Raw data: Begin
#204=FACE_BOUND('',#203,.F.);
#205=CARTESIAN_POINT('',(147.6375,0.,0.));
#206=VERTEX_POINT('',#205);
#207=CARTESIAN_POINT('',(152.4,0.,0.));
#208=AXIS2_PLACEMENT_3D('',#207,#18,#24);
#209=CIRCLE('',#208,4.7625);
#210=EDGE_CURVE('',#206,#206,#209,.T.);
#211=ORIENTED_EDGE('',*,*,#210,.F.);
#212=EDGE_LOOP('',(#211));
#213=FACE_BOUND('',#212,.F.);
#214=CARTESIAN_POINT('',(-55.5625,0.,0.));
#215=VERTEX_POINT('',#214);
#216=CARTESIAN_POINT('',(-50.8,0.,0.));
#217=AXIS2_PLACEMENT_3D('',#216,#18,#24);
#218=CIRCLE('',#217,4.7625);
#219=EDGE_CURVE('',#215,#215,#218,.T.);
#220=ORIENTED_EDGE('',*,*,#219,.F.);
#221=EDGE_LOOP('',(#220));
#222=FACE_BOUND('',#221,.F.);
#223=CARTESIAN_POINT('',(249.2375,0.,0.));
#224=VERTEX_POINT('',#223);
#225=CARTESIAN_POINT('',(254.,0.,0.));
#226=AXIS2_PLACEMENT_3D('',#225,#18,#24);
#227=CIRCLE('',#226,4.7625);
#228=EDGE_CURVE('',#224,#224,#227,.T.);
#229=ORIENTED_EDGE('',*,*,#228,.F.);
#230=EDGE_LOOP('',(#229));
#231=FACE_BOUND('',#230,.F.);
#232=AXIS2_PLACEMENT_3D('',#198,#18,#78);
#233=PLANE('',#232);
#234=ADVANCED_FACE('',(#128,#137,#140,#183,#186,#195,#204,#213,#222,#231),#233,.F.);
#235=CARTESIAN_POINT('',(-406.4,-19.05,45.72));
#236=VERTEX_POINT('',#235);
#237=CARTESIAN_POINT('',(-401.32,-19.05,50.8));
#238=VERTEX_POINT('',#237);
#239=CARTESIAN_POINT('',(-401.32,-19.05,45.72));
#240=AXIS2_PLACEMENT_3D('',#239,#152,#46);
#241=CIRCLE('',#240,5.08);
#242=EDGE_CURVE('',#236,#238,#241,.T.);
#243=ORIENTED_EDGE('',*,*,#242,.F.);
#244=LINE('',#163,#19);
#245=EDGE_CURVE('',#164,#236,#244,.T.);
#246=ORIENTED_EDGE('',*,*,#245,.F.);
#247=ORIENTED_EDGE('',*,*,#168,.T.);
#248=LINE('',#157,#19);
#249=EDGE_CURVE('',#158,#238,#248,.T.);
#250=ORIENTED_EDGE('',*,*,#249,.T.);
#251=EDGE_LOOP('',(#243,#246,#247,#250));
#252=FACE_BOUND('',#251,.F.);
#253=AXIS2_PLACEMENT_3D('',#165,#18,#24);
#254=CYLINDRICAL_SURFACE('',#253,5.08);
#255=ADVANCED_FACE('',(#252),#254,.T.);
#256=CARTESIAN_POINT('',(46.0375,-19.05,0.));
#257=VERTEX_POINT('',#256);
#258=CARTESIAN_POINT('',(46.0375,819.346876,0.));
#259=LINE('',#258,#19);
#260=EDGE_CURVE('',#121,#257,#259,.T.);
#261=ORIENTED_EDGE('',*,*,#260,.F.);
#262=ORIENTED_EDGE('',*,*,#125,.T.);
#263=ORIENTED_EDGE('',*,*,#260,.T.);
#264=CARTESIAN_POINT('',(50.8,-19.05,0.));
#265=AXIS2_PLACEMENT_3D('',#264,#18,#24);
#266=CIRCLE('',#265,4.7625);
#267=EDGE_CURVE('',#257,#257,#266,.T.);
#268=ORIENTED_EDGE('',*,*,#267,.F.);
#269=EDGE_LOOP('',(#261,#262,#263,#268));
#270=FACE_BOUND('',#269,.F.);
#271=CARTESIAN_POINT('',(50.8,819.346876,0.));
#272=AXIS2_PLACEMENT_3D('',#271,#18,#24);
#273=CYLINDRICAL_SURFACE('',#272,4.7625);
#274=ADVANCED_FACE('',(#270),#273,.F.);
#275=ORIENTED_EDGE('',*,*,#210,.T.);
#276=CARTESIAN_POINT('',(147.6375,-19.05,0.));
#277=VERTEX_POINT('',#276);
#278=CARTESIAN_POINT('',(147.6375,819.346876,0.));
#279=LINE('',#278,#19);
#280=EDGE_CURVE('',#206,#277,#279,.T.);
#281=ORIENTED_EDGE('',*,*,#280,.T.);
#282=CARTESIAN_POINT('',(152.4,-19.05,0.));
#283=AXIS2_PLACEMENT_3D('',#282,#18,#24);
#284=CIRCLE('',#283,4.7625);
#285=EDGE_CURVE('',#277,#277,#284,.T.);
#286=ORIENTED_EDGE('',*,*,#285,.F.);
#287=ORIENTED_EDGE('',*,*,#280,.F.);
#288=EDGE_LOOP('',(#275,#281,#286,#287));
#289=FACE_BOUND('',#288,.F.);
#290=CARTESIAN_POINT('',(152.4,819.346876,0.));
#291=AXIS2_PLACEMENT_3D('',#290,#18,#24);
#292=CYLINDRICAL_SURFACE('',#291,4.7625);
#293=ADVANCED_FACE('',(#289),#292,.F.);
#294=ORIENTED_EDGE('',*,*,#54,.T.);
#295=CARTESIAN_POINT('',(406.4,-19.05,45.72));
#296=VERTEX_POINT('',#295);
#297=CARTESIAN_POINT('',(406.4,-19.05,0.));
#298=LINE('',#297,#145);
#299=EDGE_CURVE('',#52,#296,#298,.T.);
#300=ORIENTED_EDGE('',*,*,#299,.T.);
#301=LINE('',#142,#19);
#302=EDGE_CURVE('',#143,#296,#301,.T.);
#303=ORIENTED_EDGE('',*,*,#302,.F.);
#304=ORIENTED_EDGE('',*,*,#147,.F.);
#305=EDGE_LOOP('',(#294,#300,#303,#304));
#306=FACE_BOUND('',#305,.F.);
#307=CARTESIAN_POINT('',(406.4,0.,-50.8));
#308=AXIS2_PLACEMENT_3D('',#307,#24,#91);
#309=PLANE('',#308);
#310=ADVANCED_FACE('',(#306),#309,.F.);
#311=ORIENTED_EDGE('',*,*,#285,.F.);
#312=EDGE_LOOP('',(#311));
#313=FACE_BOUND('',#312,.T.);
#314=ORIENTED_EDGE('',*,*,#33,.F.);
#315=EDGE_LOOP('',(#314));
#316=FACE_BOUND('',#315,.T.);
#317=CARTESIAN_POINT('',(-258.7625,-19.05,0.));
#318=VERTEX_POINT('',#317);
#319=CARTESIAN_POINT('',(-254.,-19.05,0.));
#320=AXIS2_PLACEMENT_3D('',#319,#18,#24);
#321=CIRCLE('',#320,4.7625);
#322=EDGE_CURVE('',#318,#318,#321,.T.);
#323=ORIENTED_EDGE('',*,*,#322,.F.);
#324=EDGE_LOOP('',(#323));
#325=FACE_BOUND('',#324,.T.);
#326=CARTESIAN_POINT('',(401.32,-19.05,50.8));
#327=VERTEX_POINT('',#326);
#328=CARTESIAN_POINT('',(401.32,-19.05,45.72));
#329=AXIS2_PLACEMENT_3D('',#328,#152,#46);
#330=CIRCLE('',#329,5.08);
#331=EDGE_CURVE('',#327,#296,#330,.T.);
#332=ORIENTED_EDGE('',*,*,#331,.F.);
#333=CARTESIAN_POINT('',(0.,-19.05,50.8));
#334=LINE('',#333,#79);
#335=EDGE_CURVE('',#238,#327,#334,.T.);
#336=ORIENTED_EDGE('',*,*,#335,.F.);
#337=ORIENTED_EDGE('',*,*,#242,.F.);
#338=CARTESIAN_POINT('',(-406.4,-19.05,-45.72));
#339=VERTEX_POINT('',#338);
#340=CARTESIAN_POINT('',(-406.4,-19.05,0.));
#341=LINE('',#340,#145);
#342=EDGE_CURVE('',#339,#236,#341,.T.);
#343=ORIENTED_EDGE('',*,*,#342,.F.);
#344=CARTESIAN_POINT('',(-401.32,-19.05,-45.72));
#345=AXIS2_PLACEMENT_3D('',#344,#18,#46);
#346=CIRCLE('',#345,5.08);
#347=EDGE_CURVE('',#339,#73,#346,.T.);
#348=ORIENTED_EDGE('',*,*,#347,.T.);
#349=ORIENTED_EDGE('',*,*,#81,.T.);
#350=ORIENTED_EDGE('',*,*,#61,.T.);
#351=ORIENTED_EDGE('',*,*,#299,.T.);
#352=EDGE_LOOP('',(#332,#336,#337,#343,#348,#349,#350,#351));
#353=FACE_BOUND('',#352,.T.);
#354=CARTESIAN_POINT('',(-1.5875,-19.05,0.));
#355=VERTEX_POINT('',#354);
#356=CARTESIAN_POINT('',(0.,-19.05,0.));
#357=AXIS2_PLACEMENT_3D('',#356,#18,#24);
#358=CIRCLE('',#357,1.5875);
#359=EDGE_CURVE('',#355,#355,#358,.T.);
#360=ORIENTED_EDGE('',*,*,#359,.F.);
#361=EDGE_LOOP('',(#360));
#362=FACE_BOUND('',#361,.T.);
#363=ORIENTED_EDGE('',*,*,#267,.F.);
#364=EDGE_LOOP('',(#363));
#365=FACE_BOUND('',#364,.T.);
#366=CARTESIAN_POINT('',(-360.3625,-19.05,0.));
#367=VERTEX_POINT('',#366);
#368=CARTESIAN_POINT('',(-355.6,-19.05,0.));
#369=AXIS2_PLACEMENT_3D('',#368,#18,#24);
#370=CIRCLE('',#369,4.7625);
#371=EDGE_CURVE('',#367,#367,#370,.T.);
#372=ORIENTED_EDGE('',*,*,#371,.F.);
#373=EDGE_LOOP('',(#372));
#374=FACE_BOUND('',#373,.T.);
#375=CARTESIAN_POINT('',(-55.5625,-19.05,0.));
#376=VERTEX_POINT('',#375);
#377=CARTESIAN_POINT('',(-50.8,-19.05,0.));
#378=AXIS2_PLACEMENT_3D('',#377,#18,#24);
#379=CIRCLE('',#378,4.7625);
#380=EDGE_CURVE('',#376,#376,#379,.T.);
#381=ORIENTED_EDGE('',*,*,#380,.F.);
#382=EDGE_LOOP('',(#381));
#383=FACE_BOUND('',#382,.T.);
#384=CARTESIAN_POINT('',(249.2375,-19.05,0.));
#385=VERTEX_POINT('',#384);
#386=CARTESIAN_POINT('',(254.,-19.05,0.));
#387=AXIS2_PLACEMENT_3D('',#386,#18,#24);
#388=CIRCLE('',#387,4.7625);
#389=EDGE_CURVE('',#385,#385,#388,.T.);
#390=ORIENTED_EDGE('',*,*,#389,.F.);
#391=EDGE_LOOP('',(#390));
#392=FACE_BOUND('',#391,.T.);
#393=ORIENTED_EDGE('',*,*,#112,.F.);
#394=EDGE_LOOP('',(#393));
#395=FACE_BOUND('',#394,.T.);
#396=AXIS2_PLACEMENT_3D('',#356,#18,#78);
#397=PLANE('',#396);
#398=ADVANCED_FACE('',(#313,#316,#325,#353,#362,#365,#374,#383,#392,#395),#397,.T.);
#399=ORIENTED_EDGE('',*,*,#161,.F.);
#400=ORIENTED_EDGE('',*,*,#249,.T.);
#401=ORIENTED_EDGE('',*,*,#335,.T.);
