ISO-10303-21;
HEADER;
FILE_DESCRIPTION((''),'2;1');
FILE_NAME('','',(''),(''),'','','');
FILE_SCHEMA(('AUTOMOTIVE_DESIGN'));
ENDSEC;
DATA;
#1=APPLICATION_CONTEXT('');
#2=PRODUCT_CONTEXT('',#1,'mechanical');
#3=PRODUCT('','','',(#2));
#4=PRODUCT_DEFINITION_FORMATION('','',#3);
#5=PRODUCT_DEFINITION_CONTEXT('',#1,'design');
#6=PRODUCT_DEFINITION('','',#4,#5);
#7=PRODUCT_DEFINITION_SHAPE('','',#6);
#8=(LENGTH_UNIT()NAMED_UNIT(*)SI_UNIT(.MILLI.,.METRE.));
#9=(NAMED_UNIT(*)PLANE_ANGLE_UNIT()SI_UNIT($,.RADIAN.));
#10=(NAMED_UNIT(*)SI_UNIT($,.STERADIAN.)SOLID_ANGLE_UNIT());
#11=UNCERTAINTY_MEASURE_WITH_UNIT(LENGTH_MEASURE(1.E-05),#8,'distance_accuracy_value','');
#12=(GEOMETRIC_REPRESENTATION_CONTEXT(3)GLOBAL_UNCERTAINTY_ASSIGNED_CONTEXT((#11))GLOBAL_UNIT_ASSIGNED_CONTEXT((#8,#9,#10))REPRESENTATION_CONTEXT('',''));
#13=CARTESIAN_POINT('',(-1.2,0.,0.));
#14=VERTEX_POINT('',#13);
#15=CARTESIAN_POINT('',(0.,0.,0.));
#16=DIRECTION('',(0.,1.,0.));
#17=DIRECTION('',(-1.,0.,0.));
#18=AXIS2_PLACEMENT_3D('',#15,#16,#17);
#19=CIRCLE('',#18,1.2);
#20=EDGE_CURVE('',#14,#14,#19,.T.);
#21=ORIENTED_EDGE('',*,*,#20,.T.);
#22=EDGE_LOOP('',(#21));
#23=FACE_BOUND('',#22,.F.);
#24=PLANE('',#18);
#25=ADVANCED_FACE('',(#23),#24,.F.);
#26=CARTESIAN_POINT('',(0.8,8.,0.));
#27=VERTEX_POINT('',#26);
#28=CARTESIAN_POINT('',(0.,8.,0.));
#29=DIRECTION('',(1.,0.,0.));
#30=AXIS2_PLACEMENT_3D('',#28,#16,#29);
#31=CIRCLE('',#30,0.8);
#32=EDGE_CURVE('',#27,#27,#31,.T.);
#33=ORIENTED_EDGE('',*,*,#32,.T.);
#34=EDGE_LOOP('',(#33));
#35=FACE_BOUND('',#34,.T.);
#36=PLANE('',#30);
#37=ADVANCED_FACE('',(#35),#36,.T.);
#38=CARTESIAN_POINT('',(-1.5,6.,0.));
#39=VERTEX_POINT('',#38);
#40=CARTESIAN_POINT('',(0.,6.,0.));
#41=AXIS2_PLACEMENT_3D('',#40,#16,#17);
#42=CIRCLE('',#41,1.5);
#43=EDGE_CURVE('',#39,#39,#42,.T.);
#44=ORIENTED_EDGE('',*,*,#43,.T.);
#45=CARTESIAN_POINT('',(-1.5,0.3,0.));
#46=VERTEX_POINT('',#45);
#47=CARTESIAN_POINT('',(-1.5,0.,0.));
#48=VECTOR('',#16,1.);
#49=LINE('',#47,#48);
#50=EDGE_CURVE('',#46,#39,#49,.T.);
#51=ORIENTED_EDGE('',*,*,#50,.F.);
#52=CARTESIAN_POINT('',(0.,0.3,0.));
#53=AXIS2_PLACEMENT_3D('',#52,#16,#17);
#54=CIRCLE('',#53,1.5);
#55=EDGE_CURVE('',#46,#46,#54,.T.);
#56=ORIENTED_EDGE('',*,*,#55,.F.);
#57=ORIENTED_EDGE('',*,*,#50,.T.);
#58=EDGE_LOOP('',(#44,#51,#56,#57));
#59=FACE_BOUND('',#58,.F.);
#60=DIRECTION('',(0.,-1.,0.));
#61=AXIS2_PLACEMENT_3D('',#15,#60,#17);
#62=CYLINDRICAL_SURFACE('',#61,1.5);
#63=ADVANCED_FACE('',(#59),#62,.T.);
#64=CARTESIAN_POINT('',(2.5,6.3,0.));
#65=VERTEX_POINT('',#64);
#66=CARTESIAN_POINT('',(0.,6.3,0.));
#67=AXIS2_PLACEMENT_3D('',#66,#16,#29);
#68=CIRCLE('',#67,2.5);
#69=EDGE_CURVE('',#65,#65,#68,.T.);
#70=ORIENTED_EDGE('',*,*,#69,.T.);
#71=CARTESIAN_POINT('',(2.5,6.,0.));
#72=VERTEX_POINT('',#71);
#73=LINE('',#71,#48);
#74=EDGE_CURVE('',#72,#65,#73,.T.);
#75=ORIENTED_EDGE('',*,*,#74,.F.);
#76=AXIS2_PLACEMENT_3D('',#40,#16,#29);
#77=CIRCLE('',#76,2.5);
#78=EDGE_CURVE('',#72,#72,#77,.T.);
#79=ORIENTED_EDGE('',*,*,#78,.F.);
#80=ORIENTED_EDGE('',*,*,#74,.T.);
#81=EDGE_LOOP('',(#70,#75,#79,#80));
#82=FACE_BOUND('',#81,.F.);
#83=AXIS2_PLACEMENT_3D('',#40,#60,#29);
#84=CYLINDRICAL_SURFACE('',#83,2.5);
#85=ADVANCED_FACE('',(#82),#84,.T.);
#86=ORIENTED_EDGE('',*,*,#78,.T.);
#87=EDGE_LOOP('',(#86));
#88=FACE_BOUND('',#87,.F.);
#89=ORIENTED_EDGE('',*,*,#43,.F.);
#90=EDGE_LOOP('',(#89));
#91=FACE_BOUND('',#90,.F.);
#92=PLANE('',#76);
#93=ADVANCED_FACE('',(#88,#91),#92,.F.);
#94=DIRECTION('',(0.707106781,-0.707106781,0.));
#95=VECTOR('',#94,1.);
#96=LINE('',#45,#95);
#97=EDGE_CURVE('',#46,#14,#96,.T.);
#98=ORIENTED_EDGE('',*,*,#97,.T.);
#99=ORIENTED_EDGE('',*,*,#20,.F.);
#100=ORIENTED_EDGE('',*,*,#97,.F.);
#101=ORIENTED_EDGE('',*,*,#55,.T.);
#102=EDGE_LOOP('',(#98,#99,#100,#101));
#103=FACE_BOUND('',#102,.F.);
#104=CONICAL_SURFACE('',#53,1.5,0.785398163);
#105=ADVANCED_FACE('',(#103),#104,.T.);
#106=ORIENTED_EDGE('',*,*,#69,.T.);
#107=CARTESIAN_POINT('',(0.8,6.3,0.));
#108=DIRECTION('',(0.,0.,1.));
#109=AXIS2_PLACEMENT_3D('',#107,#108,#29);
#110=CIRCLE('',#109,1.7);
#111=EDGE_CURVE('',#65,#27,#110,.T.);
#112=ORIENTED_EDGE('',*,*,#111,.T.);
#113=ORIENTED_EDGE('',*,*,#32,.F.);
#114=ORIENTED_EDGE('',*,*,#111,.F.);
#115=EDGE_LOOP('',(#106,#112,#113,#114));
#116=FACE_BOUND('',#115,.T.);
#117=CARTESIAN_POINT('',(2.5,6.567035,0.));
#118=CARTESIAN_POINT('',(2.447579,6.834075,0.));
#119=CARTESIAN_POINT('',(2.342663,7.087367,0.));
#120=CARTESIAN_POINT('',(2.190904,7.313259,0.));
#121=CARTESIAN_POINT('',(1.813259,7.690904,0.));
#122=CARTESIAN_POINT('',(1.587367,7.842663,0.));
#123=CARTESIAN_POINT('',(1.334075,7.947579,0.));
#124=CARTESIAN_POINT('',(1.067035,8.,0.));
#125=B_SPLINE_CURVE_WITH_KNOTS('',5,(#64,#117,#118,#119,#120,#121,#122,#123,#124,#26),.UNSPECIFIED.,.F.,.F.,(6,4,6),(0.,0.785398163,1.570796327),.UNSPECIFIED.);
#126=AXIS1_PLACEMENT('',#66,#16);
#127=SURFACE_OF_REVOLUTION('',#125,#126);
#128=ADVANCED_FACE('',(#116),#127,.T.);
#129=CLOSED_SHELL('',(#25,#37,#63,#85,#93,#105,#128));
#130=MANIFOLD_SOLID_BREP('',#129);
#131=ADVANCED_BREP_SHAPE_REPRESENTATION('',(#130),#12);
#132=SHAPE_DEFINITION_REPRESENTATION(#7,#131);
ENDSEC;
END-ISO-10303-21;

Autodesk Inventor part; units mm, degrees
ref_plane "YZ Plane" through (0, 0, 0) normal (1, 0, 0) x (0, 1, 0)
ref_plane "XZ Plane" through (0, 0, 0) normal (0, 1, 0) x (-1, 0, 0)
ref_plane "XY Plane" through (0, 0, 0) normal (0, 0, 1) x (1, 0, 0)
sketch "Sketch1" plane through (0, 0, 0) normal (0, 1, 0) x (-1, 0, 0)
  circle A0 centre (0, 0) radius 1.5
  dimension "d0" = 3
extrude "Extrusion1" add sketch "Sketch1" along normal blind 6
sketch "Sketch2" plane through (0, 6, 0) normal (0, 1, 0) x (1, 0, 0)
  circle A0 centre (0, 0) radius 2.5
  dimension "d3" = 5
extrude "Extrusion2" add sketch "Sketch2" along normal blind 2
fillet "Fillet1" radius 1.7 1 edges at (-2.5, 8, 0)
chamfer "Chamfer1" distance 0.3 angle 45 1 edges at (1.5, 0, 0)
thread "Thread1" size "M3x0.5" class "6g" standard "ANSI Metric M Profile" full length
properties part number "M3x6 Screw Nylon" material "Nylon 6"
Raw data: End
Above are records; repeat only the lines starting at the line with "#372=ORIENTED_EDGE('',*,*,#371,.F.);" and ending at the line with "#9=(NAMED_UNIT(*)PLANE_ANGLE_UNIT()SI_UNIT($,.RADIAN.));", exactly as they appear, both included.

** Reply to the exercise **
#372=ORIENTED_EDGE('',*,*,#371,.F.);
#373=EDGE_LOOP('',(#372));
#374=FACE_BOUND('',#373,.T.);
#375=CARTESIAN_POINT('',(-55.5625,-19.05,0.));
#376=VERTEX_POINT('',#375);
#377=CARTESIAN_POINT('',(-50.8,-19.05,0.));
#378=AXIS2_PLACEMENT_3D('',#377,#18,#24);
#379=CIRCLE('',#378,4.7625);
#380=EDGE_CURVE('',#376,#376,#379,.T.);
#381=ORIENTED_EDGE('',*,*,#380,.F.);
#382=EDGE_LOOP('',(#381));
#383=FACE_BOUND('',#382,.T.);
#384=CARTESIAN_POINT('',(249.2375,-19.05,0.));
#385=VERTEX_POINT('',#384);
#386=CARTESIAN_POINT('',(254.,-19.05,0.));
#387=AXIS2_PLACEMENT_3D('',#386,#18,#24);
#388=CIRCLE('',#387,4.7625);
#389=EDGE_CURVE('',#385,#385,#388,.T.);
#390=ORIENTED_EDGE('',*,*,#389,.F.);
#391=EDGE_LOOP('',(#390));
#392=FACE_BOUND('',#391,.T.);
#393=ORIENTED_EDGE('',*,*,#112,.F.);
#394=EDGE_LOOP('',(#393));
#395=FACE_BOUND('',#394,.T.);
#396=AXIS2_PLACEMENT_3D('',#356,#18,#78);
#397=PLANE('',#396);
#398=ADVANCED_FACE('',(#313,#316,#325,#353,#362,#365,#374,#383,#392,#395),#397,.T.);
#399=ORIENTED_EDGE('',*,*,#161,.F.);
#400=ORIENTED_EDGE('',*,*,#249,.T.);
#401=ORIENTED_EDGE('',*,*,#335,.T.);
ISO-10303-21;
HEADER;
FILE_DESCRIPTION((''),'2;1');
FILE_NAME('','',(''),(''),'','','');
FILE_SCHEMA(('AUTOMOTIVE_DESIGN'));
ENDSEC;
DATA;
#1=APPLICATION_CONTEXT('');
#2=PRODUCT_CONTEXT('',#1,'mechanical');
#3=PRODUCT('','','',(#2));
#4=PRODUCT_DEFINITION_FORMATION('','',#3);
#5=PRODUCT_DEFINITION_CONTEXT('',#1,'design');
#6=PRODUCT_DEFINITION('','',#4,#5);
#7=PRODUCT_DEFINITION_SHAPE('','',#6);
#8=(LENGTH_UNIT()NAMED_UNIT(*)SI_UNIT(.MILLI.,.METRE.));
#9=(NAMED_UNIT(*)PLANE_ANGLE_UNIT()SI_UNIT($,.RADIAN.));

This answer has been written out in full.